You married him knowing he had these requests?


----------



## Hope1964 (Sep 26, 2011)

Wow. That's pretty messed up. Is it too late to get an annulment?


----------



## michelle1121 (Sep 21, 2012)

this is the first time he ever suggested a strip club.. and I've told him no one else will never be in our bedroom... lately after marriage he is bringing it up again. He wants to bring another man in for me.. which I would never want.

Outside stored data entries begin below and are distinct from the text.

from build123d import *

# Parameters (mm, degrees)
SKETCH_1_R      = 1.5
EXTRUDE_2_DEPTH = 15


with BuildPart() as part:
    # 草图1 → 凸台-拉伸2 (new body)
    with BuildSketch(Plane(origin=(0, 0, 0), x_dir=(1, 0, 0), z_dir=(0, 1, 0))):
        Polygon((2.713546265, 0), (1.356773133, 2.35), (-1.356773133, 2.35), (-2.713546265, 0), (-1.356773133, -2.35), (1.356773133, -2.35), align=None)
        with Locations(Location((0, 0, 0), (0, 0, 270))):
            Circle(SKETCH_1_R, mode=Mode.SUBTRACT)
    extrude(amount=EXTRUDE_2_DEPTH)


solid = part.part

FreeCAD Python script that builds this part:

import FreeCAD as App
import Part
import Sketcher

V = App.Vector
Q = App.Units.Quantity


def add_polygon(sketch, points):
    """Adds a closed chain of lines whose ends are joined by coincident constraints."""
    first, n = sketch.GeometryCount, len(points)
    for a, b in zip(points, points[1:] + points[:1]):
        sketch.addGeometry(Part.LineSegment(App.Vector(*a, 0), App.Vector(*b, 0)), False)
    for i in range(n):
        sketch.addConstraint(Sketcher.Constraint("Coincident", first + i, 2, first + (i + 1) % n, 1))

doc = App.newDocument("Part")
body = doc.addObject("PartDesign::Body", "Body")

# Sketch on XZ plane
sketch1 = doc.addObject("Sketcher::SketchObject", "Sketch")
body.addObject(sketch1)
sketch1.AttachmentSupport = (doc.XZ_Plane, [""])
sketch1.MapMode = "FlatFace"
add_polygon(sketch1, [(2.7, 0), (1.4, -2.4), (-1.4, -2.4), (-2.7, 0), (-1.4, 2.4), (1.4, 2.4)])  # lines 0-5
sketch1.addGeometry(Part.Circle(V(0, 0, 0), V(0, 0, 1), 1.5), False)  # 6
sketch1.addConstraint([
    Sketcher.Constraint("Horizontal", 1),
    Sketcher.Constraint("Horizontal", 4),
    Sketcher.Constraint("Coincident", 6, 3, -1, 1),
    Sketcher.Constraint("Symmetric", 0, 2, 3, 2, -1, 1),
    Sketcher.Constraint("Symmetric", 2, 2, 5, 2, -1, 1),
    Sketcher.Constraint("PointOnObject", 2, 2, -1),
    Sketcher.Constraint("Parallel", 2, 5),
    Sketcher.Constraint("Vertical", 1, 2, 3, 2),
    Sketcher.Constraint("Diameter", 6, 3.0),
    Sketcher.Constraint("Angle", 0, Q("-120 deg")),
    Sketcher.Constraint("DistanceY", 1, 2, 3, 2, 4.7),
    Sketcher.Constraint("DistanceX", 1, 2, 1, 1, 2.713546),
])
pad1 = doc.addObject("PartDesign::Pad", "Pad")
body.addObject(pad1)
pad1.Profile = sketch1
pad1.Length = 15
pad1.Reversed = True

doc.recompute()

I don't get it....


----------



## that_girl (Jul 6, 2011)

He will continue to ask and you will continue to say no until 1) he pouts and you can't handle his sulking and it ruins your marriage or 2) he talks you into it and you do it for him, hate yourself, and leave your marriage or 3) you say no, he gets angry, you resent him, someone cheats and it ruins your marriage.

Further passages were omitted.